Most of my negs are exposed ok, so printing isn't much of a problem, but lately I have been working on those color negs, which can be a real *****, because they often just don't translate well (I will have to look into that panalure paper tho), and this one photo (b/w neg) I needed for a film my boyfriend is working on where I needed a rock star pic to place on a fake Life magazine cover, and when we took the shots of our actor on stage we had the spotlight on full blast, so it was super contrasty and totally washed his face out.  It was late, we'd been filming all day and didn't even think about using the spot on a lower power.  I spent hours burning and dodging that thing so we could see a face, and eventually just turned it over to our friend who is making the magazine to photoshop it the rest of the way...


----------



## motcon (Jul 23, 2003)

my pleasure, oriecat. 

i couldn't even begin to tell you how many times i 'quit'. with the slam of the door and a 'f**k it', i'd leave the darkroom with 7 trash prints on the floor, 2 in the wash, one in the fix, negative still in tray, safe lights still on, music still playing, and selenium toner in a tray letting of its fumes.

...but i'll be damned if a negative that i cared for since its birth will get the best of me.


wow; i feel better now, too.


----------



## motcon (Jul 23, 2003)

o, almost forgot....


the neg that was a wee bit difficult (highlights blown out). have you ever tried split grade printing? many moons ago when i first tried the technique, i violently danced in my darkroom. it's very freeing and would help w/that neg.


----------



## oriecat (Aug 2, 2003)

I keep meaning to look this up (split grade printing) but I keep forgetting and now I need to run off to my gallery sitting.  Could you give me a quick run down so I know a little something before I forget about it entirely?

 :? 8)


----------



## motcon (Aug 2, 2003)

you've been pm'ed.


----------



## ksmattfish (Aug 25, 2003)

"I see other people around me pounding out prints like crazy and I wonder what my problem is."

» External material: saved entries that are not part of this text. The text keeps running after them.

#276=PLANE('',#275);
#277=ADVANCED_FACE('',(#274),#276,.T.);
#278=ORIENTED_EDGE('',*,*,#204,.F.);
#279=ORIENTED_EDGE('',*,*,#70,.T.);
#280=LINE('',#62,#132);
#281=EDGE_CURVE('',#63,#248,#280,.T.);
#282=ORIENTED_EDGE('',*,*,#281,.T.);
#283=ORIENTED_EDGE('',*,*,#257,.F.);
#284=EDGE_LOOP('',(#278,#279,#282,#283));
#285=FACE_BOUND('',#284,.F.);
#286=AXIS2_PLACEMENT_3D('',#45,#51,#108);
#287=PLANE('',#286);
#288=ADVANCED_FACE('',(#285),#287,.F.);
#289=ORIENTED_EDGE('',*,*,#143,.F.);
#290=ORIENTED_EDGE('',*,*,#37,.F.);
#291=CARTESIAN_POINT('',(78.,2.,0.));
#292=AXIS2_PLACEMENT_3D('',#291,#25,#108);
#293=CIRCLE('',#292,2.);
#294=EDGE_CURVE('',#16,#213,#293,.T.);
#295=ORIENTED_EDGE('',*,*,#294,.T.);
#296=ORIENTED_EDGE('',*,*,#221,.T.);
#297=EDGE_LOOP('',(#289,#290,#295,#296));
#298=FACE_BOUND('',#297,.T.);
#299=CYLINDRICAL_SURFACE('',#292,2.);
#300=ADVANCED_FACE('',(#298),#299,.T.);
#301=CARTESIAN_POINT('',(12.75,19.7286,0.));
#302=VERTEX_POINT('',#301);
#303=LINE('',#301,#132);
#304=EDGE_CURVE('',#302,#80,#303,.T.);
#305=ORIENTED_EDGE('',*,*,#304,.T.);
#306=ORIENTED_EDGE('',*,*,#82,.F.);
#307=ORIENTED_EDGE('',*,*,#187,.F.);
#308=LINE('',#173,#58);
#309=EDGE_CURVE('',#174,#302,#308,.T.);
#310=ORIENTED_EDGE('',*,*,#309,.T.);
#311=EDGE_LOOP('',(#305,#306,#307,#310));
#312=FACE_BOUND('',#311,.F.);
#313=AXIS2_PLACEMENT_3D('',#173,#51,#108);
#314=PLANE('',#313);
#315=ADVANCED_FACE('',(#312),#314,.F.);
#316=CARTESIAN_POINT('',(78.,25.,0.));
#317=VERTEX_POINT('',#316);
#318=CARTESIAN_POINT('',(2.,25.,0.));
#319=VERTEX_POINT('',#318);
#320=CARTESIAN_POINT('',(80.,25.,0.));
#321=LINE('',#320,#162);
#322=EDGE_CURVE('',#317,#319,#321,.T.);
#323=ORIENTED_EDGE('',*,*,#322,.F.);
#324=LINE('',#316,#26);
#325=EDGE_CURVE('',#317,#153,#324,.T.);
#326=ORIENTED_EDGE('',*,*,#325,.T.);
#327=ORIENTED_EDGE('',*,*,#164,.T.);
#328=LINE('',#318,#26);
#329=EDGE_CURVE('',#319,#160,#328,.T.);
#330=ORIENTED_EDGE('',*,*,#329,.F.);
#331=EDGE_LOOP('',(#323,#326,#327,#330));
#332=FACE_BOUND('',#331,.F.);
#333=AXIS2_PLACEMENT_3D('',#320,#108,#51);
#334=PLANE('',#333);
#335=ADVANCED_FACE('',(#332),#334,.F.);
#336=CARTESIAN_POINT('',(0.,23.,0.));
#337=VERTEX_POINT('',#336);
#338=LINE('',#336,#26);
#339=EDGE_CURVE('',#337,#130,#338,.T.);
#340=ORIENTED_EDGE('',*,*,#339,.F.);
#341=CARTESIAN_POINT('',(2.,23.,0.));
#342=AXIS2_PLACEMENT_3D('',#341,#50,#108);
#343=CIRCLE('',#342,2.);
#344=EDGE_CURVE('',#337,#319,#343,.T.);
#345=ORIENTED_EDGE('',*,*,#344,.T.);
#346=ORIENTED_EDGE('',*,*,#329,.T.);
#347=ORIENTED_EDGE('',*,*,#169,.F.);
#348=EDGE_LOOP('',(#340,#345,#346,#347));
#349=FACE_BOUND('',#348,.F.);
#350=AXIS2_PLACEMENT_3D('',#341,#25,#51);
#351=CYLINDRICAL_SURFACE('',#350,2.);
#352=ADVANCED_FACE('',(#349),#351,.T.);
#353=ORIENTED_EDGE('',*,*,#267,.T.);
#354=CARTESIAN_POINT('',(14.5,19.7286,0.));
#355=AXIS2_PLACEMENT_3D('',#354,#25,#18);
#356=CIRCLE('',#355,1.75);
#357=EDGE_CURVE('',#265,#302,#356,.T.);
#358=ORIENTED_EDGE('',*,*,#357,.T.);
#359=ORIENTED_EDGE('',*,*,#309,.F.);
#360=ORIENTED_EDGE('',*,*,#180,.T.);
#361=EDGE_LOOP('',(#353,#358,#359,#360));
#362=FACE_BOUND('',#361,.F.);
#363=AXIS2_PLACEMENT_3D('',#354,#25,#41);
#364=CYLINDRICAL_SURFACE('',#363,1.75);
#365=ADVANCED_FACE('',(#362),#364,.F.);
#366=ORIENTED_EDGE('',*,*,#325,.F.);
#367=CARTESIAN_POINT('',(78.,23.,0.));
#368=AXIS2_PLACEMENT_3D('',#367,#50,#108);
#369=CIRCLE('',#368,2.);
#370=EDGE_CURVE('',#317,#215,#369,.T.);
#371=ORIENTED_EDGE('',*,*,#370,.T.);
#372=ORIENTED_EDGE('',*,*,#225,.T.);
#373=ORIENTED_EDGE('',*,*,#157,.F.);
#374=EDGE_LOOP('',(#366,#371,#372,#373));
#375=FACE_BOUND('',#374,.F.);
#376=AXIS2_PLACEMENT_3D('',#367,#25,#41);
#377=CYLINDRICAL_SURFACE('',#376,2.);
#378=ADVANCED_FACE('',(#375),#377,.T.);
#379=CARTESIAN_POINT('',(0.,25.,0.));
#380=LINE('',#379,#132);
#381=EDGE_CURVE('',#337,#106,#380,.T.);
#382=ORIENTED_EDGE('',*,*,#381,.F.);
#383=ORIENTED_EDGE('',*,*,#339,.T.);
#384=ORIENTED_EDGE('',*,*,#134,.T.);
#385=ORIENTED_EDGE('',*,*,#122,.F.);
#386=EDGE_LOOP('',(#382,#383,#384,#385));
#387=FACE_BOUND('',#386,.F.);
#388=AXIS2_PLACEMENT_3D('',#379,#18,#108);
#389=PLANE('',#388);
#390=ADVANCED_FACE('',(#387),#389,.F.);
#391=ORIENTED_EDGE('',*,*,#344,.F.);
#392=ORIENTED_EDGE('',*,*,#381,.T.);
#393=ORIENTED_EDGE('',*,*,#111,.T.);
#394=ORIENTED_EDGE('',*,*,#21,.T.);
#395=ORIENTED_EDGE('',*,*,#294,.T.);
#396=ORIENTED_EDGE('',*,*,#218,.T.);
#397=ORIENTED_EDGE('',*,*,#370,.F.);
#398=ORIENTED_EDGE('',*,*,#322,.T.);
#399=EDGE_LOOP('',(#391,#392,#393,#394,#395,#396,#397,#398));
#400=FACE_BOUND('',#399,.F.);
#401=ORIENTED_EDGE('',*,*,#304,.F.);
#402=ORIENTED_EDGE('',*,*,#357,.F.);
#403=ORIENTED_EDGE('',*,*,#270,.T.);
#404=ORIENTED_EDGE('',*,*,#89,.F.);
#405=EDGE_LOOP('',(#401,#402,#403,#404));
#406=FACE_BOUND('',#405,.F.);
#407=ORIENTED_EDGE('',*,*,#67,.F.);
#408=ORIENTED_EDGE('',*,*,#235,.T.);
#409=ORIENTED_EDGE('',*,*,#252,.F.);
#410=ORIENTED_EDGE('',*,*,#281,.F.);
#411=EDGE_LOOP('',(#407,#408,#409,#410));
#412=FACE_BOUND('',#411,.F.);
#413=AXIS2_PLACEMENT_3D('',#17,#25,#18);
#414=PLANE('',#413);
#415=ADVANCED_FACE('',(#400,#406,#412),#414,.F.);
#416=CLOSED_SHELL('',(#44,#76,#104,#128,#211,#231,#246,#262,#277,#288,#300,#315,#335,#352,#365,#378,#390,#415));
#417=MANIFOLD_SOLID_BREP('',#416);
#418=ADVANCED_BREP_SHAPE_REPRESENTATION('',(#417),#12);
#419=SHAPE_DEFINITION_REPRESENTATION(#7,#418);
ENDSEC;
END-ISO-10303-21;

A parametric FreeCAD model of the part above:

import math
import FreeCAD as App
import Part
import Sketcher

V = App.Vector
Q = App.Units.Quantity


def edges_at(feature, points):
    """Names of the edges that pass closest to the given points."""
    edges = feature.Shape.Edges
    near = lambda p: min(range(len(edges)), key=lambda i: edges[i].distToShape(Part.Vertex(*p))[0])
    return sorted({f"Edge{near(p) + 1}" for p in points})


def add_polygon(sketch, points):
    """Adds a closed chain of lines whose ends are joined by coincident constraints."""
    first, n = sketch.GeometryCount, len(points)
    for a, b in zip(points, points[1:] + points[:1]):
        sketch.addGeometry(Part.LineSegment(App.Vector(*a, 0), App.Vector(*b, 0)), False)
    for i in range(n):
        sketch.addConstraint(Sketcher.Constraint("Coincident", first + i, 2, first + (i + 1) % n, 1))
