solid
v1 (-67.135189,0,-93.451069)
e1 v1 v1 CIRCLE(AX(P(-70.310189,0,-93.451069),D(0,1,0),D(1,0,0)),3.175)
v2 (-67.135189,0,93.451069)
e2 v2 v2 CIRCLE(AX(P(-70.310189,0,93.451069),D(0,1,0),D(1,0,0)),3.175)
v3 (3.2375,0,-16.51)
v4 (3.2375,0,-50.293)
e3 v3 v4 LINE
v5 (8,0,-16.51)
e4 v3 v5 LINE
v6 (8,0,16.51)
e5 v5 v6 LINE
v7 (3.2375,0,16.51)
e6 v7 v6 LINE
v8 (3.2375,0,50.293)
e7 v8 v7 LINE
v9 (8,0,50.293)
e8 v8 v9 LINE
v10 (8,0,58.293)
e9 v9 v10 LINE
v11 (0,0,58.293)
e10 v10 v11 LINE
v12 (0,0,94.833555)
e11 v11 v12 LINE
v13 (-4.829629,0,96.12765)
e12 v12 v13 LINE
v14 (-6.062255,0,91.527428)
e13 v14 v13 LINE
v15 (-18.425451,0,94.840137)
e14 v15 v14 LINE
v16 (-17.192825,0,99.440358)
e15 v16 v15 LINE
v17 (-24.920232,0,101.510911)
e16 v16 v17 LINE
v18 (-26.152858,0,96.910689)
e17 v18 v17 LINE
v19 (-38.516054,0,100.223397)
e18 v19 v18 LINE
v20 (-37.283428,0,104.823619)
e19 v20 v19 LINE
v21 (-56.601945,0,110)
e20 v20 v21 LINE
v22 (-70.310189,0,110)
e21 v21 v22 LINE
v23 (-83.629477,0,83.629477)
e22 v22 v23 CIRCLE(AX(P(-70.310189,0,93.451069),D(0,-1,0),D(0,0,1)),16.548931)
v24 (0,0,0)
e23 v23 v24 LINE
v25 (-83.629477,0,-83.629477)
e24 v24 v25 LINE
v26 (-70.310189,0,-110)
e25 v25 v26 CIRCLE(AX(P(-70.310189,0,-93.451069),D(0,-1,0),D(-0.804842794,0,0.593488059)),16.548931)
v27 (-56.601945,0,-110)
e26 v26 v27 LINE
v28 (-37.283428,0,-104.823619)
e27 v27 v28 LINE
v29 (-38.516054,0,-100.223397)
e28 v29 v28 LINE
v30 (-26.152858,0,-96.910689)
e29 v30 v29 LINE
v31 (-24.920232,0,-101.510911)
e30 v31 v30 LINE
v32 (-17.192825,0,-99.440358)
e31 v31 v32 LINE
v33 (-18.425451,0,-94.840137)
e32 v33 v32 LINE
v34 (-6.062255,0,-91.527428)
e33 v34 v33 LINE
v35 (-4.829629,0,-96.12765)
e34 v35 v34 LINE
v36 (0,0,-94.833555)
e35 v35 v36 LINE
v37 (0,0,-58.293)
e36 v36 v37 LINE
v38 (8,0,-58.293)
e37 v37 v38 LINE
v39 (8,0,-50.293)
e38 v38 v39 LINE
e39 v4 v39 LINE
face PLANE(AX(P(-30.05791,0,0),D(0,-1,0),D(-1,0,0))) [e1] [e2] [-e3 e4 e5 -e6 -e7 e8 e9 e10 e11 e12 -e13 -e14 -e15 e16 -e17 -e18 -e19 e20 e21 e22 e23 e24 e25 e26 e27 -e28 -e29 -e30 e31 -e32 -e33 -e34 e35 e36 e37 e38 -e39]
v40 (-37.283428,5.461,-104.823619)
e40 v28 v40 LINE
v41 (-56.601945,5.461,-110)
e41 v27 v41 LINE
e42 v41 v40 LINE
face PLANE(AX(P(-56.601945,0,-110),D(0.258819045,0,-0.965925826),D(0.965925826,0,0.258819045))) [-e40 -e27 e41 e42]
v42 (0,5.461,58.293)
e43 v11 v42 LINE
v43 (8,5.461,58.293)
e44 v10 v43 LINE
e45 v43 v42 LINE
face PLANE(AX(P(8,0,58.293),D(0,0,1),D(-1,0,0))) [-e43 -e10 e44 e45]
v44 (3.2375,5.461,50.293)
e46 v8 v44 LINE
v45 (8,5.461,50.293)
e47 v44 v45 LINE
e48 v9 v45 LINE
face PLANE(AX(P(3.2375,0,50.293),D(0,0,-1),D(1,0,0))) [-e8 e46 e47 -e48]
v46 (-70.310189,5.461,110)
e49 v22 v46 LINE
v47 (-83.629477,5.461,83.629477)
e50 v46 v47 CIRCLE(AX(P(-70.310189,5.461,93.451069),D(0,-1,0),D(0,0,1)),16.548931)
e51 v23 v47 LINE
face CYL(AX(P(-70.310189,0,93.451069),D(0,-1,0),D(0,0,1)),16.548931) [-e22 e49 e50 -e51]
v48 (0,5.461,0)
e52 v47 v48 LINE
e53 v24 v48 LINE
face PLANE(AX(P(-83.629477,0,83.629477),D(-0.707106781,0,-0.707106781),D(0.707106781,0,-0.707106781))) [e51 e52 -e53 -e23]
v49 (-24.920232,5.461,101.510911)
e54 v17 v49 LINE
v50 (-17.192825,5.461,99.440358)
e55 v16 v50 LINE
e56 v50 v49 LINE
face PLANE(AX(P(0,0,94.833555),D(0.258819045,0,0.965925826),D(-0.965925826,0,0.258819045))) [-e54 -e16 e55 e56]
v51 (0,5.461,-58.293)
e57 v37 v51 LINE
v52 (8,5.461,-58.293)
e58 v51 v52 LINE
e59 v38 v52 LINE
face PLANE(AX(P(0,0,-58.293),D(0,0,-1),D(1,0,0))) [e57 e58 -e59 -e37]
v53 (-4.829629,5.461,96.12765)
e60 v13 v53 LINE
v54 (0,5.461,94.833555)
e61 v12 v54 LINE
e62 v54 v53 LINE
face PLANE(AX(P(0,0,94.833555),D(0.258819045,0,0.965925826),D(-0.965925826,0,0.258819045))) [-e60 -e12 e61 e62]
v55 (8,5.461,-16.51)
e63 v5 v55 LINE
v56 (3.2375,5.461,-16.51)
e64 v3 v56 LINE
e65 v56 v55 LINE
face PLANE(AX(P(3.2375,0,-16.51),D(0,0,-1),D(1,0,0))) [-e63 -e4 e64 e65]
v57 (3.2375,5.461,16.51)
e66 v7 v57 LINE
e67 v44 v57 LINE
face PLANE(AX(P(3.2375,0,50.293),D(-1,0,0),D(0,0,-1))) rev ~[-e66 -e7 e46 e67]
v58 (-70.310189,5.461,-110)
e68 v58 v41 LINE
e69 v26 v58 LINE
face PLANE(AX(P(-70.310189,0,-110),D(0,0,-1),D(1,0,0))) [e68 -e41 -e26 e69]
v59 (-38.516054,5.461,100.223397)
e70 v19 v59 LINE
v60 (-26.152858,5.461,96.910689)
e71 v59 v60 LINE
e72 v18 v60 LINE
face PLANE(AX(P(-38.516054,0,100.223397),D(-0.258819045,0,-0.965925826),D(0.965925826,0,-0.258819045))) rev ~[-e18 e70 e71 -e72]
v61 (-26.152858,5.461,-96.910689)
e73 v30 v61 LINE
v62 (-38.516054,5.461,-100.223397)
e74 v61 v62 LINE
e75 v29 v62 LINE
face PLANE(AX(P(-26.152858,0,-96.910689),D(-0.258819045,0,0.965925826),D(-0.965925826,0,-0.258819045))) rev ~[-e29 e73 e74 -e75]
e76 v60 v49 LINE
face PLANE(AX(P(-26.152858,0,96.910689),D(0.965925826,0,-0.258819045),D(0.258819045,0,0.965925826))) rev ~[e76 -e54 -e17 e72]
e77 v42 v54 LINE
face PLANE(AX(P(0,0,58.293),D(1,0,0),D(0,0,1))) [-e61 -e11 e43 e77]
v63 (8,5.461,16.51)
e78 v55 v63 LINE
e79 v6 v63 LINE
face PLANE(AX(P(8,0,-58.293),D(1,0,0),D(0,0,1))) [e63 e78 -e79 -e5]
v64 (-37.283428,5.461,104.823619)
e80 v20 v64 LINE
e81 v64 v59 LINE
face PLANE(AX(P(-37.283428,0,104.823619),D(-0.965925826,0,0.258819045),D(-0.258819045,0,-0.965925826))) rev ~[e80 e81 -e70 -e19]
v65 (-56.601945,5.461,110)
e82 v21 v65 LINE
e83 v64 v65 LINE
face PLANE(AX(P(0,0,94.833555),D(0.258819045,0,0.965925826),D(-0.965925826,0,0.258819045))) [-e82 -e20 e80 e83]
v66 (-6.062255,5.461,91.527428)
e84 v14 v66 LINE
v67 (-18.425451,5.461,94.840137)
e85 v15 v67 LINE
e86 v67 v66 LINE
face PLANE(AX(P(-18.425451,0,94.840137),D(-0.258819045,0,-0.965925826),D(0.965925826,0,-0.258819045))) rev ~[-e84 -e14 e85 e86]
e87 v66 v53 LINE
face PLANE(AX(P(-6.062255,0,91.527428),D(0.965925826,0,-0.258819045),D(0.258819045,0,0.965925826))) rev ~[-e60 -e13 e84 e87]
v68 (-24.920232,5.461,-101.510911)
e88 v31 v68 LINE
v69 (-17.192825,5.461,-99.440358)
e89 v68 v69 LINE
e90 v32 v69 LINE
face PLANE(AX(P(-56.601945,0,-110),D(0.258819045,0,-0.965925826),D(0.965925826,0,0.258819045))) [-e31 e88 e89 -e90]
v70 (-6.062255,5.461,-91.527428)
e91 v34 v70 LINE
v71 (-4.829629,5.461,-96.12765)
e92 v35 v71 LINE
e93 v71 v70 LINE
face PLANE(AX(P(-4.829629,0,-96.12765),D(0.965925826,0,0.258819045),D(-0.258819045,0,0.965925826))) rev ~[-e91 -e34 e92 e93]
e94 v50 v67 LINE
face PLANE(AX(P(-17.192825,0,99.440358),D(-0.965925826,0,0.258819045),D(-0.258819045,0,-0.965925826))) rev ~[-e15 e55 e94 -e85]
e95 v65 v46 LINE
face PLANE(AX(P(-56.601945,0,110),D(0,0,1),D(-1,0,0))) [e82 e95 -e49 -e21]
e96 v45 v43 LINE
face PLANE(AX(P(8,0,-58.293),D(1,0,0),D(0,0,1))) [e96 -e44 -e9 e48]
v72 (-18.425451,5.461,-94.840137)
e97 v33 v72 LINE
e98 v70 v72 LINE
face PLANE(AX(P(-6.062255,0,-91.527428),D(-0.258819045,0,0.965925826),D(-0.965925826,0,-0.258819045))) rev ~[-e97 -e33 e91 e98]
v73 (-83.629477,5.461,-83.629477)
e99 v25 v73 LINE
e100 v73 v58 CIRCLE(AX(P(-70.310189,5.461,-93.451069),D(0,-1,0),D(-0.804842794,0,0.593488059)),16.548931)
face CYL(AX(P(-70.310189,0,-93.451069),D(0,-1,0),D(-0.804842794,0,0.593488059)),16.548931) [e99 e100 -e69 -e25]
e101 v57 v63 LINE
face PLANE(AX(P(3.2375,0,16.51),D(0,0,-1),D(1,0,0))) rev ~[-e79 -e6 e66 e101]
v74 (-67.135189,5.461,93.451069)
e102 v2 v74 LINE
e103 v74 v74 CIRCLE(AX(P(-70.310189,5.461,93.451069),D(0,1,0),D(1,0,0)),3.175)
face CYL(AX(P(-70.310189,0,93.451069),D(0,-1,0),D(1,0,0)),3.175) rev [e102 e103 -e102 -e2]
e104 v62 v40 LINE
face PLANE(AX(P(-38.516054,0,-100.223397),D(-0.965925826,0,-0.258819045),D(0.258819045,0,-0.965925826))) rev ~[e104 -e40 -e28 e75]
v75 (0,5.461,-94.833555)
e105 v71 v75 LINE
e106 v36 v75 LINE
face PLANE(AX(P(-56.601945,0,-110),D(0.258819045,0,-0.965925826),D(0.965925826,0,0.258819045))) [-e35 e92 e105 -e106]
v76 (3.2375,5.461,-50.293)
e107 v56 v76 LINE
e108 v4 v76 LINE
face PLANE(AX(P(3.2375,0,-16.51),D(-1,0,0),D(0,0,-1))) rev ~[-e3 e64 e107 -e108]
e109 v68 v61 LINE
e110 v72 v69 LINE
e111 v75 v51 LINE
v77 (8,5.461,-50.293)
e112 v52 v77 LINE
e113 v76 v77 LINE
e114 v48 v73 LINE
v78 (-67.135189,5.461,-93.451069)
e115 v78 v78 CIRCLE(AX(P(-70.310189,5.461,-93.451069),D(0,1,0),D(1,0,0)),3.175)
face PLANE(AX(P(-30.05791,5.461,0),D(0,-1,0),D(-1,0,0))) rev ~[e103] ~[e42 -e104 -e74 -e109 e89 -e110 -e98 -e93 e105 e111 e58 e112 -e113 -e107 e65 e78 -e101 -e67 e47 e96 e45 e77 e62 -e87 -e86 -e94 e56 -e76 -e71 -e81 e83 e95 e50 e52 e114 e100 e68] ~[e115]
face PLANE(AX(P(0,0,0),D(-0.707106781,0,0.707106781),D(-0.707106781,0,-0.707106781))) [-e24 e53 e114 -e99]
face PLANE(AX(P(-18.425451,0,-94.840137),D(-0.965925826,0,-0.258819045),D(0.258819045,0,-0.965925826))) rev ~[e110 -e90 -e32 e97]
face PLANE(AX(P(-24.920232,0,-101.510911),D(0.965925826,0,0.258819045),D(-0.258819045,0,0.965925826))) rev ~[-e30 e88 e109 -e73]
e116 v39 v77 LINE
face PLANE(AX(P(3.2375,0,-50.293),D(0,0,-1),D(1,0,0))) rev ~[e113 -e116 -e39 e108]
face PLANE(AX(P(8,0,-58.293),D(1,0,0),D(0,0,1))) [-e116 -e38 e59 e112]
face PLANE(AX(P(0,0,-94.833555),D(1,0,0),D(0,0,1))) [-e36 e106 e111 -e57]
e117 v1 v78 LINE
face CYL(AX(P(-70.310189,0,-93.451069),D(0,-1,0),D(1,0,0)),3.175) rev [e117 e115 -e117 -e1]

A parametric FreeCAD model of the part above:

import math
import FreeCAD as App
import Part
import Sketcher
Q = App.Units.Quantity

doc = App.newDocument("Part")
params = doc.addObject("Spreadsheet::Sheet", "Params")
for row, (alias, value) in enumerate([
    ("sketch1_diameter", "0.25 in"),
    ("sketch1_height", "4.59 in"),
    ("pad1_length", "0.215 in"),
    ("sketch2_width", "0.1875 in"),
    ("sketch2_length", "0.1875 in"),
    ("pocket1_length", "10 mm"),
], start=1):
    params.set(f"A{row}", alias)
    params.set(f"B{row}", "=" + value)
    params.setAlias(f"B{row}", alias)

body = doc.addObject("PartDesign::Body", "Body")

sketch1 = body.newObject("Sketcher::SketchObject", "Sketch")
sketch1.AttachmentSupport = (doc.getObject("XZ_Plane"), [""])
sketch1.MapMode = "FlatFace"
sketch1.addGeometry(Part.LineSegment(App.Vector(-83.6, -83.6, 0), App.Vector(0, 0, 0)), False)
sketch1.addGeometry(Part.LineSegment(App.Vector(0, 0, 0), App.Vector(-83.6, 83.6, 0)), False)
sketch1.addGeometry(Part.ArcOfCircle(Part.Circle(App.Vector(-70.3, 93.5, 0), App.Vector(0, 0, 1), 16.5), math.radians(90), math.radians(216)), False)
sketch1.addGeometry(Part.LineSegment(App.Vector(-70.3, 110, 0), App.Vector(-56.6, 110, 0)), False)
sketch1.addGeometry(Part.LineSegment(App.Vector(-56.6, 110, 0), App.Vector(0, 94.8, 0)), False)
sketch1.addGeometry(Part.LineSegment(App.Vector(0, 94.8, 0), App.Vector(0, 58.3, 0)), False)
sketch1.addGeometry(Part.LineSegment(App.Vector(0, 58.3, 0), App.Vector(8, 58.3, 0)), False)
sketch1.addGeometry(Part.LineSegment(App.Vector(8, 58.3, 0), App.Vector(8, -58.3, 0)), False)
sketch1.addGeometry(Part.LineSegment(App.Vector(8, -58.3, 0), App.Vector(0, -58.3, 0)), False)
sketch1.addGeometry(Part.LineSegment(App.Vector(0, -58.3, 0), App.Vector(0, -94.8, 0)), False)
sketch1.addGeometry(Part.LineSegment(App.Vector(0, -94.8, 0), App.Vector(-56.6, -110, 0)), False)
sketch1.addGeometry(Part.LineSegment(App.Vector(-56.6, -110, 0), App.Vector(-70.3, -110, 0)), False)
sketch1.addGeometry(Part.ArcOfCircle(Part.Circle(App.Vector(-70.3, -93.5, 0), App.Vector(0, 0, 1), 16.5), math.radians(144), math.radians(270)), False)
sketch1.addGeometry(Part.Circle(App.Vector(-70.3, 93.5, 0), App.Vector(0, 0, 1), 3.2), False)
sketch1.addGeometry(Part.Circle(App.Vector(-70.3, -93.5, 0), App.Vector(0, 0, 1), 3.2), False)
sketch1.addConstraint(Sketcher.Constraint("Coincident", 0, 2, 1, 1))
sketch1.addConstraint(Sketcher.Constraint("Coincident", 1, 2, 2, 2))
sketch1.addConstraint(Sketcher.Constraint("Tangent", 2, 1, 3, 1))
sketch1.addConstraint(Sketcher.Constraint("Coincident", 3, 2, 4, 1))
sketch1.addConstraint(Sketcher.Constraint("Coincident", 4, 2, 5, 1))
sketch1.addConstraint(Sketcher.Constraint("Coincident", 5, 2, 6, 1))
sketch1.addConstraint(Sketcher.Constraint("Coincident", 6, 2, 7, 1))
sketch1.addConstraint(Sketcher.Constraint("Coincident", 7, 2, 8, 1))
sketch1.addConstraint(Sketcher.Constraint("Coincident", 8, 2, 9, 1))
sketch1.addConstraint(Sketcher.Constraint("Coincident", 9, 2, 10, 1))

If the point is making a lot of prints conveniently, then you'd be doing it digitally.  

I think that working deliberately and slowly and demanding the most out of your own work is a good thing.  It seemed like I was able to really crank out prints when I first started, but the more I learned, the pickier I got with my own work, and that really slowed me down.  

Of course, it's also important to occasionally allow yourself to be satisfied.  I was printing family vacation prints last night, and I had to keep reminding myself that what was probably most important was that everyone actually get a set of prints rather than eventually get each print perfected.


----------